Custom Moldmaking Process Technology Slashes Processing Time and Costs
A breakthrough molding technology has been developed that delivers considerable time reductions and cost savings for fabricators of parts constructed from composite materials.
A breakthrough molding technology has been developed that delivers considerable time reductions and cost savings for fabricators of parts constructed from composite materials.
Custom Moldmaking Process Technology (CMPT)®, devel-oped by General Magnaplate Corp. (Linden, NJ)—a specialty coatings manufacturer—reduces the total time needed to make large, all-metal lay-up molds for complex reinforced composites from the current six- to 12-month period to as little as six weeks. It also slashes tooling capital investment by one-third, notes Edmund Aversenti, General Magnaplate’s Chief Operating Officer. “Tools manufactured with this process reproduce fine pattern detail—with dimensional stability—and the process is consistent with traditional EDM finished tooling,” Aversenti states. “It represents a quantum leap in the composite fabrication industry—making it possible to drastically lower the final cost for many molded, complex-shaped parts, especially those with contours. Such contoured composite parts are used in applications as diverse as Stealth bombers and refrigerator doors.”
How It Works
The process itself is a dense, multi-directional, all-metal-weaving process, which eliminates the need to machine layup-molds out of large, heavy metal ingots or castings that require so much time to fabricate. “The tool is made by robotically weaving any metal alloy over a master model of a contoured tool,” Aversenti explains. “The application speed and pattern is computer programmed and robotically controlled to assure reproducibility. Similar to the lay-up of a composite part, the weaving of the metal over the master model is done in a warp-and-fill manner.”

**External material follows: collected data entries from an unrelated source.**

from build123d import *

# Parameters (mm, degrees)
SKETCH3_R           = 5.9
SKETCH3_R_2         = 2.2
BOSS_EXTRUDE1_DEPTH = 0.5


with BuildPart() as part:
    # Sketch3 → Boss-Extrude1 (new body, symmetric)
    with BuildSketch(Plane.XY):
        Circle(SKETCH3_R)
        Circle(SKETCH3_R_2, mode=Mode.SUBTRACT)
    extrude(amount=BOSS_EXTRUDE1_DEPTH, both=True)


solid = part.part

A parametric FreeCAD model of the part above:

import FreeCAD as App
import Part
import Sketcher
from FreeCAD import Vector
Q = App.Units.Quantity

doc = App.newDocument("Part")
body = doc.addObject("PartDesign::Body", "Body")

# Sketch on XY plane
sketch1 = doc.addObject("Sketcher::SketchObject", "Sketch")
body.addObject(sketch1)
sketch1.AttachmentSupport = (doc.XY_Plane, [""])
sketch1.MapMode = "FlatFace"
sketch1.addGeometry([
    Part.Circle(Vector(0, 0, 0), Vector(0, 0, 1), 5.9),
    Part.Circle(Vector(0, 0, 0), Vector(0, 0, 1), 2.2),
], False)
sketch1.addConstraint([
    Sketcher.Constraint("Coincident", 0, 3, -1, 1),
    Sketcher.Constraint("Coincident", 1, 3, -1, 1),
    Sketcher.Constraint("Diameter", 0, Q("11.8 mm")),
    Sketcher.Constraint("Diameter", 1, Q("4.4 mm")),
])
pad1 = doc.addObject("PartDesign::Pad", "Pad")
body.addObject(pad1)
pad1.Profile = sketch1
pad1.Length = 1
pad1.Midplane = True

doc.recompute()
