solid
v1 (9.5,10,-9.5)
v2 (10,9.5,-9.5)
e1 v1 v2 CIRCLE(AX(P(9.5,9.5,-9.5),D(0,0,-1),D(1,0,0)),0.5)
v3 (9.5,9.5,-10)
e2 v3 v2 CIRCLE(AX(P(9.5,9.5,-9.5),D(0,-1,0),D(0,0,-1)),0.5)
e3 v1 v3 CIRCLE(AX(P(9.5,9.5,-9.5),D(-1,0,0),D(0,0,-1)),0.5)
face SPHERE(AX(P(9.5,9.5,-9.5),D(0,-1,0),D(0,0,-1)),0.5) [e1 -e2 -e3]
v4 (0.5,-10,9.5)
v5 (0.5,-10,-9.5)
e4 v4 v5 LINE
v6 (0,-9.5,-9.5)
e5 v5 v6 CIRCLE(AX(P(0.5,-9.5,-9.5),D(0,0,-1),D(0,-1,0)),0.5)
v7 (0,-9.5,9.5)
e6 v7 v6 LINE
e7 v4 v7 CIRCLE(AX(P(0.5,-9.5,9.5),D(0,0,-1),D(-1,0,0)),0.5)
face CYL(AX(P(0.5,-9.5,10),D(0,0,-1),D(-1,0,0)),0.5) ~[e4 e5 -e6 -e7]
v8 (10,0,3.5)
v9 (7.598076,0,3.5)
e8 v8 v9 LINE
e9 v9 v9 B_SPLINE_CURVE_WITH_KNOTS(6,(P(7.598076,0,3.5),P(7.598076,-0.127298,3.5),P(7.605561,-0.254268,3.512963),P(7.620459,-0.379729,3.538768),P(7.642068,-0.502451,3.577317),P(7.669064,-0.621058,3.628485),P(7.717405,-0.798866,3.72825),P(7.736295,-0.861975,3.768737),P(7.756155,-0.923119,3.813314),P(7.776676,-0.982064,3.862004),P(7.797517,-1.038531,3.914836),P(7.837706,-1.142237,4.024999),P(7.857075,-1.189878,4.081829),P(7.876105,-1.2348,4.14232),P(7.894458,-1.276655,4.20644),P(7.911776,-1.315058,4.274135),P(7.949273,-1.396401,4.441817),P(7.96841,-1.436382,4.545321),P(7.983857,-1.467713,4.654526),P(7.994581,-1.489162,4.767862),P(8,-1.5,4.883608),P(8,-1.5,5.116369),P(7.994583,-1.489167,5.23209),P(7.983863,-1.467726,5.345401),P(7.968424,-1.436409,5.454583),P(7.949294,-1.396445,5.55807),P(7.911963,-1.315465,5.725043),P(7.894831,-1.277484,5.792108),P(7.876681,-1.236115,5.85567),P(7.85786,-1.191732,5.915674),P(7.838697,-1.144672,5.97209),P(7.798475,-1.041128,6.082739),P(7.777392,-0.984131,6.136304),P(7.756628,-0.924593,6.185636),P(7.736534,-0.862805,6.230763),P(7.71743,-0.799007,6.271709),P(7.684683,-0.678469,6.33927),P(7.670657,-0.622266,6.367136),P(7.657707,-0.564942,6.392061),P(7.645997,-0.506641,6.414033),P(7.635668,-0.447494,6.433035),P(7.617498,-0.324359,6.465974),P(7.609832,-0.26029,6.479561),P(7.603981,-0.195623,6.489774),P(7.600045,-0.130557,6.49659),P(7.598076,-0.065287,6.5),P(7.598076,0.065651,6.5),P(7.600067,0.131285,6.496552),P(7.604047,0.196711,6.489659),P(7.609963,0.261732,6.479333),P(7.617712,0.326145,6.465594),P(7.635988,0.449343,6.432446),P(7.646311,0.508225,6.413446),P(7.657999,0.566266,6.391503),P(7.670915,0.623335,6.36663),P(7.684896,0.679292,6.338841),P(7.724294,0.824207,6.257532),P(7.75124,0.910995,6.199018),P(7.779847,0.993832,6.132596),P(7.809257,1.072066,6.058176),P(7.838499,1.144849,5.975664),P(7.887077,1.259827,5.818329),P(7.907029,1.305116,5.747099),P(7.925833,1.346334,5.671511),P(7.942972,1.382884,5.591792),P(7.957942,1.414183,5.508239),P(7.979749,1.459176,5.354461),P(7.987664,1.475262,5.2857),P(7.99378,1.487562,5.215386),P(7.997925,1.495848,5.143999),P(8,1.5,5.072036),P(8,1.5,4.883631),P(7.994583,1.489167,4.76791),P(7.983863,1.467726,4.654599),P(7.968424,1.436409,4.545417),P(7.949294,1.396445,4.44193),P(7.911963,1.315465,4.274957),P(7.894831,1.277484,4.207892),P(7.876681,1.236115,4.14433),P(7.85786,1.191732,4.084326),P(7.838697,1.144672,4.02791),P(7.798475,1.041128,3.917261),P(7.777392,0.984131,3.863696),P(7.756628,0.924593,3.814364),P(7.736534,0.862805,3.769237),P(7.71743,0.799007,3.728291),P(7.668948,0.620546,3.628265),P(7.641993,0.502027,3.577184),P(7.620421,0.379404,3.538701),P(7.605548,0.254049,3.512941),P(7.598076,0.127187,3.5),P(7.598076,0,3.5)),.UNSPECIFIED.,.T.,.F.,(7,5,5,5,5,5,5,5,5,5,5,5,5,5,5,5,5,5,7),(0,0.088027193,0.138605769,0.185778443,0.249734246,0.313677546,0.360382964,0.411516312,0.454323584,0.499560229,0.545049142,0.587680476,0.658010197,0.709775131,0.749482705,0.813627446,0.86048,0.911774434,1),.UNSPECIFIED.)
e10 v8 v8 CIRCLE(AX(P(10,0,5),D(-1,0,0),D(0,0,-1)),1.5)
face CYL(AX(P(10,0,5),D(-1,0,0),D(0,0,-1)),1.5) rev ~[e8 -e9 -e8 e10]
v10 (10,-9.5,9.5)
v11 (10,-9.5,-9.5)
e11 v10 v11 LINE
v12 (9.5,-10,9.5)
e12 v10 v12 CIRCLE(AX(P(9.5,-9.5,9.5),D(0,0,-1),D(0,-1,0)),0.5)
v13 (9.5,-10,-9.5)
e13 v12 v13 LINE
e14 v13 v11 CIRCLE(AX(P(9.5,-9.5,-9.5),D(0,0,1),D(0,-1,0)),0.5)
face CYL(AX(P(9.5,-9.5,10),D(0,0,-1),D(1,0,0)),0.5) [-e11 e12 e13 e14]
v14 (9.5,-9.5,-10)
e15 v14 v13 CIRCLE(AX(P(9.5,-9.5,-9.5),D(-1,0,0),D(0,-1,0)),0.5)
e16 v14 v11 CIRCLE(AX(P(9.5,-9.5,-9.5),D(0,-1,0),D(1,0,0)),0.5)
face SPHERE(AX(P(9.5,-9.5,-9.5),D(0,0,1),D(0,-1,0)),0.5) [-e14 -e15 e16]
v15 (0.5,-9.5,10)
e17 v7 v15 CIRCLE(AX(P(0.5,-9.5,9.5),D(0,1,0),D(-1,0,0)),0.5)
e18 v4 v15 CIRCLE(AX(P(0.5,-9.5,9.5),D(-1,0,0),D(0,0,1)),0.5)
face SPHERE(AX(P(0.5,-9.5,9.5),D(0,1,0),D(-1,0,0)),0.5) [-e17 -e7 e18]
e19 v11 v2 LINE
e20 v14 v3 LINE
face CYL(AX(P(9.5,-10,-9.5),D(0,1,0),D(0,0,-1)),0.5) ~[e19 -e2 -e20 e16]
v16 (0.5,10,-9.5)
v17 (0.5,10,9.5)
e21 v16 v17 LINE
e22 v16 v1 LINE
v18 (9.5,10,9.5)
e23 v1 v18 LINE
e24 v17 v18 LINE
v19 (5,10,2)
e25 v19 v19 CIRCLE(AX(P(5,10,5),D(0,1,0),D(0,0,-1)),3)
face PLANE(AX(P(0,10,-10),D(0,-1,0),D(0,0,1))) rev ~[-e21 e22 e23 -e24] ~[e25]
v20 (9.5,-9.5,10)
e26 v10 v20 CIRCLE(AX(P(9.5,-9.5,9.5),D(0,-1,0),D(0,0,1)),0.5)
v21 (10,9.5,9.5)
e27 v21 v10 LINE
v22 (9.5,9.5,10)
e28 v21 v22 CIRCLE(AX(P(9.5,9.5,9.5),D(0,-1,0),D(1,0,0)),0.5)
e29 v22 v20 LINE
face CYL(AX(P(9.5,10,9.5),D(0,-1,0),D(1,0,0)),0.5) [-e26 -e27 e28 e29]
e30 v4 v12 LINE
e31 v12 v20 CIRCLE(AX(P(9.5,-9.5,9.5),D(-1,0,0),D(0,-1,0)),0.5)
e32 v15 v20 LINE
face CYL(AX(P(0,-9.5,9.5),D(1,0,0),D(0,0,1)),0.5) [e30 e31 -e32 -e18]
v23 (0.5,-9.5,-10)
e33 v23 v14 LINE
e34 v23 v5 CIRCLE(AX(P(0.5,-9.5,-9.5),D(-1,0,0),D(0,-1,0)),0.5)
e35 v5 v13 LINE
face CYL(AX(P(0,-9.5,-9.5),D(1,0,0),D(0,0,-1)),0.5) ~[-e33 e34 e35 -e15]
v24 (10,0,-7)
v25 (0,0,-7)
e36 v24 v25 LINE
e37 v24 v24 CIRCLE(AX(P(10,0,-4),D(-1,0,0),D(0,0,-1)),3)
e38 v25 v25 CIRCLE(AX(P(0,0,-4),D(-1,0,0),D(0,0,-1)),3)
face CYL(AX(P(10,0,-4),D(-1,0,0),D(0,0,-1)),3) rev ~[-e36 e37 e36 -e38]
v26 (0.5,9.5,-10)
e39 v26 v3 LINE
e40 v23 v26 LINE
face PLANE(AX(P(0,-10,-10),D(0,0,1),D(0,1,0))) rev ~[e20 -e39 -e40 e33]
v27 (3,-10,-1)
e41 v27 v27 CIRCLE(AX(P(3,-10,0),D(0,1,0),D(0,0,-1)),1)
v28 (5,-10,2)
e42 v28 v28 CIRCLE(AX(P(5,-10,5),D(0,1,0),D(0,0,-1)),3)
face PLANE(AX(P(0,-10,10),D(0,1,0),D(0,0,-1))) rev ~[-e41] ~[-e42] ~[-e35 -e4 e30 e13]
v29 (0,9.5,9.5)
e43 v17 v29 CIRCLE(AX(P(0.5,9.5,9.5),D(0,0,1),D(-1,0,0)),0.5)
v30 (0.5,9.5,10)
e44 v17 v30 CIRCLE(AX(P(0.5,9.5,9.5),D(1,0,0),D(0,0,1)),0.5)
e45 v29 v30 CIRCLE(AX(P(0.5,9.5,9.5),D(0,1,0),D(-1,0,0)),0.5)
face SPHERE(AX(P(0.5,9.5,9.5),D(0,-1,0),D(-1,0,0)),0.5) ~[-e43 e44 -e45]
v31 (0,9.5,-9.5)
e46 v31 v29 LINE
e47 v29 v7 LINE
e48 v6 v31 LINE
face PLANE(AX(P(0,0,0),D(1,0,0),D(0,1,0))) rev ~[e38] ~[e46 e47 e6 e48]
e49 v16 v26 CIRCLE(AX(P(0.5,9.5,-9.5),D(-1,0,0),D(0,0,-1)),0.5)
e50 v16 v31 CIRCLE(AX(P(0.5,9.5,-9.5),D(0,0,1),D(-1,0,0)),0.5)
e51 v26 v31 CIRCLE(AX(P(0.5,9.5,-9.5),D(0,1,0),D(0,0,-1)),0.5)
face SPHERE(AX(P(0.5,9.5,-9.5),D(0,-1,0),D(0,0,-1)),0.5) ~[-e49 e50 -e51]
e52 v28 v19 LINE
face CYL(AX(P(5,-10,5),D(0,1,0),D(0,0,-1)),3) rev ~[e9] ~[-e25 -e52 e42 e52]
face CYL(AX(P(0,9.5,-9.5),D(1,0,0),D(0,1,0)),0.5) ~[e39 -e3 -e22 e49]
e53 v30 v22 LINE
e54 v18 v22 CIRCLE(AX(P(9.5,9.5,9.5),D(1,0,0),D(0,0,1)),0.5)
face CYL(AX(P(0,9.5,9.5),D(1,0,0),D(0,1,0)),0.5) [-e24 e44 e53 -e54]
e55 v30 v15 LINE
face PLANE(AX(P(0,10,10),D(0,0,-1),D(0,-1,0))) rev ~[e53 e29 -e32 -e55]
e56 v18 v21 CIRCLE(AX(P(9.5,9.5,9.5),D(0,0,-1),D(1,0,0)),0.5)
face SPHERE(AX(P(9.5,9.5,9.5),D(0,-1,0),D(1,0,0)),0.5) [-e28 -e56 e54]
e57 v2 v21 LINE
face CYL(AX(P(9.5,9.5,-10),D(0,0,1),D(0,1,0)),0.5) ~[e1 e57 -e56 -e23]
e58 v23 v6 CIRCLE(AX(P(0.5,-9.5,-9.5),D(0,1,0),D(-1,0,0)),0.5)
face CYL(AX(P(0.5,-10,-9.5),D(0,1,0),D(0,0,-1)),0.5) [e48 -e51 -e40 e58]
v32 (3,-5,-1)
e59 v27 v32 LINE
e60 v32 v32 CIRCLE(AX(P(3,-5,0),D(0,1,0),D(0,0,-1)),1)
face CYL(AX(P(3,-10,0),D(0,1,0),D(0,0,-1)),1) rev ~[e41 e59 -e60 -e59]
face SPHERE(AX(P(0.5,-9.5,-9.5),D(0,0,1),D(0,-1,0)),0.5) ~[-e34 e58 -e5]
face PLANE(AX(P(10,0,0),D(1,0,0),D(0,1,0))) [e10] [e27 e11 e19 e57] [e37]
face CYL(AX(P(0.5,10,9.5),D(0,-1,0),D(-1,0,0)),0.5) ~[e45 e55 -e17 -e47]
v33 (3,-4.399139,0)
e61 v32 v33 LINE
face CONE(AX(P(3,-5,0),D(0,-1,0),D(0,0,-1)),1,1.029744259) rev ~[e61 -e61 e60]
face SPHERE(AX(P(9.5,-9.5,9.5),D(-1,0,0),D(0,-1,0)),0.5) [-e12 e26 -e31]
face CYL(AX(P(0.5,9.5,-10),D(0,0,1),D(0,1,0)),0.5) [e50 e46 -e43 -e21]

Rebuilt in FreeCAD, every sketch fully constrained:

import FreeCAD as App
import Part
import Sketcher
from FreeCAD import Vector
Q = App.Units.Quantity


def edges_at(feature, points):
    """Names of the edges that pass closest to the given points."""
    edges = feature.Shape.Edges
    near = lambda p: min(range(len(edges)), key=lambda i: edges[i].distToShape(Part.Vertex(*p))[0])
    return sorted({f"Edge{near(p) + 1}" for p in points})

doc = App.newDocument("Part")
body = doc.addObject("PartDesign::Body", "Body")

sketch1 = body.newObject("Sketcher::SketchObject", "Sketch")
sketch1.AttachmentSupport = (doc.getObject("YZ_Plane"), [""])
sketch1.MapMode = "FlatFace"
sketch1.addGeometry(Part.LineSegment(Vector(10, -10, 0), Vector(10, 10, 0)), False)
sketch1.addGeometry(Part.LineSegment(Vector(10, 10, 0), Vector(-10, 10, 0)), False)
sketch1.addGeometry(Part.LineSegment(Vector(-10, 10, 0), Vector(-10, -10, 0)), False)
sketch1.addGeometry(Part.LineSegment(Vector(-10, -10, 0), Vector(10, -10, 0)), False)
sketch1.addConstraint(Sketcher.Constraint("Coincident", 0, 2, 1, 1))
sketch1.addConstraint(Sketcher.Constraint("Coincident", 1, 2, 2, 1))
sketch1.addConstraint(Sketcher.Constraint("Coincident", 2, 2, 3, 1))
sketch1.addConstraint(Sketcher.Constraint("Coincident", 3, 2, 0, 1))
sketch1.addConstraint(Sketcher.Constraint("Vertical", 0))
sketch1.addConstraint(Sketcher.Constraint("Horizontal", 1))
sketch1.addConstraint(Sketcher.Constraint("Vertical", 2))
sketch1.addConstraint(Sketcher.Constraint("Horizontal", 3))
sketch1.addConstraint(Sketcher.Constraint("Symmetric", 0, 2, 2, 2, -1, 1))
sketch1.addConstraint(Sketcher.Constraint("Equal", 3, 0))
sketch1.addConstraint(Sketcher.Constraint("DistanceX", 1, 2, 1, 1, Q("20 mm")))
pad1 = body.newObject("PartDesign::Pad", "Pad")
pad1.Profile = sketch1
pad1.Length = 10

sketch2 = body.newObject("Sketcher::SketchObject", "Sketch001")
sketch2.AttachmentSupport = (doc.getObject("YZ_Plane"), [""])
sketch2.MapMode = "FlatFace"
sketch2.AttachmentOffset = App.Placement(Vector(0, 0, 10), App.Rotation())
sketch2.addGeometry(Part.Circle(Vector(0, -4, 0), Vector(0, 0, 1), 3), False)
sketch2.addConstraint(Sketcher.Constraint("PointOnObject", 0, 3, -2))
sketch2.addConstraint(Sketcher.Constraint("Diameter", 0, Q("6 mm")))
sketch2.addConstraint(Sketcher.Constraint("DistanceY", 0, 3, -1, 1, Q("4 mm")))
doc.recompute()
hole = body.newObject("PartDesign::Hole", "Hole")
hole.Profile = sketch2
hole.ThreadType = "None"
hole.Diameter = 6
hole.DepthType = "ThroughAll"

A CMPT tool face typically ranges in thickness from 0.38-inch minimum to 4 inches maximum, Aversenti notes. “At 0.5 inch thickness, a CMPT tool withstood pressures of 1,500 psi. An all-metal CMPT tool can support cure cycles that range from ambient to 750°F—depending on the alloy used—to accommodate the composite material’s cure cycle.
“Parts can be cured on a CMPT tool with or without vacuum,” he continues. “The unsealed version allows volatiles generated during the cure process to be pulled down through the tool itself.” Additionally, a tool can be made of almost any alloy or hybrid alloy in as little as six weeks from a CAD drawing to master Model to programming of the robots to an all-metal tool ready for production. In some instances, the tool can be made from the prototype or plastic part itself.
Significant Savings
Aversenti states the all-metal custom tool, with contours, demonstrates a savings of around 60 percent or more—depending on the tool configuration, metal alloy and the reduction in turnaround time (six weeks versus six months). He adds the tool exhibits durability up to 10 times that of soft tooling systems. “It combines the accuracy, precision, and good surface quality previously available only after machining; enables high-temperature tooling for long or short production runs for cures up to 750° F; and the tool face can be made from any alloy—from aluminum to zinc—including high nickel INVAR.
“The shorter leadtimes and lower costs of CMPT will permit more frequent model changes by larger companies as they quickly adjust designs to consumer tastes,” Aversenti continues. “A customized tool leasing program being developed allows smaller companies to board the ‘composite express’ by manufacturing and selling complex shapes without making major capital investments and without long leadtimes between concepts and salable products.”